Formula 1 race director Michael Masi has revealed why Sebastian Vettel’s penalty at the Italian GP was more severe than Lance Stroll’s.
The German spun his SF90 in clear air at the Ascari chicane on lap six before driving back onto the track and straight into the path of SportPesa Racing Point’s Stroll.
Stroll would be punted off the circuit by Vettel with both suffering front wing damage as a result, before Stroll performed a similarly unsafe return to the track in front of Pierre Gasly who was forced into the gravel trap.
While Vettel was given a ten-second stop/go penalty and three points on his superlicence by the FIA, Stroll received only a drive-through penalty, something which even the Canadian thought was unfair.

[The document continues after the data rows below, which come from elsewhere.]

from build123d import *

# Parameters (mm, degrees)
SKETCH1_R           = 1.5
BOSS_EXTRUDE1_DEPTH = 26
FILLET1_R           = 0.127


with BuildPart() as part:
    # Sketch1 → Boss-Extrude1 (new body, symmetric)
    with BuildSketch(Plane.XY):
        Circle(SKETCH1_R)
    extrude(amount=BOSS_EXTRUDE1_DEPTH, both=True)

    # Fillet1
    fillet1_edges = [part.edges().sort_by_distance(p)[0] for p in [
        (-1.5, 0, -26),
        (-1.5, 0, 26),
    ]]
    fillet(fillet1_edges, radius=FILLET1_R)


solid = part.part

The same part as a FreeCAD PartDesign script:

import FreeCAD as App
import Part
import Sketcher
Q = App.Units.Quantity


def edges_at(feature, points):
    """Names of the edges that pass closest to the given points."""
    edges = feature.Shape.Edges
    near = lambda p: min(range(len(edges)), key=lambda i: edges[i].distToShape(Part.Vertex(*p))[0])
    return sorted({f"Edge{near(p) + 1}" for p in points})

doc = App.newDocument("Part")
body = doc.addObject("PartDesign::Body", "Body")

# Sketch on XY plane
sketch1 = body.newObject("Sketcher::SketchObject", "Sketch")
sketch1.AttachmentSupport = (doc.getObject("XY_Plane"), [""])
sketch1.MapMode = "FlatFace"
sketch1.addGeometry(Part.Circle(App.Vector(0, 0, 0), App.Vector(0, 0, 1), 1.5), False)
sketch1.addConstraint(Sketcher.Constraint("Coincident", 0, 3, -1, 1))
sketch1.addConstraint(Sketcher.Constraint("Diameter", 0, Q("3 mm")))
pad1 = body.newObject("PartDesign::Pad", "Pad")
pad1.Profile = sketch1
pad1.Length = 52
pad1.Midplane = True
doc.recompute()

fillet = body.newObject("PartDesign::Fillet", "Fillet")
fillet.Base = (pad1, edges_at(pad1, [(-1.5, 0, -26), (-1.5, 0, 26)]))
fillet.Radius = 0.127

doc.recompute()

However, Masi has explained that Vettel committed two offenses – re-joining the track in an unsafe manner and causing a collision, while Stroll only re-joined the track unsafely and didn’t make contact with Gasly, therefore justifying the penalties in his mind.
“Basically with the difference between the two, with Sebastian’s one it was one for re-joining unsafely and then the second part of that was for causing a collision,”Masi explained via Motorsportweek.com.
“Whereas as with Lance and Pierre, that was just an unsafe re-join of the track and therefore the difference between the two penalties handed out.”
Vettel said after the incident that he didn’t see Stroll coming, a valid point as vision of oncoming traffic isn’t the easiest thing in a stricken Formula 1 car, but Masi insisted that in such an event drivers and teams should be more “cautious”.
“When in doubt be cautious,” Masi explained. “I think the teams have a bit to play in everything. I think the honest part is when in doubt be a bit more cautious.
“They have all the GPS, all of the positioning, it was obviously broadcast live. They were given all the same pictures that we all got. There’s all of those tools at the teams disposal.
“The onus is on the driver firstly and secondly for the teams to help them.”
There were some calls for Vettel to be given a black flag and therefore be disqualified from the race, but Masi told Crash.net that a black flag wasn’t considered.
“No. Not to my knowledge. It’s not something that the stewards brought up,” he said when asked if the stewards had discussed such a punishment.
“You’ve got to something seriously severe to be disqualified from a race.
“Furthermore, you can’t actually disqualify under the International Sporting Code without the ability to give somebody the opportunity of being heard.
“So even in that case, a black flag would not be displayed in the race. It would be in a hearing afterwards.”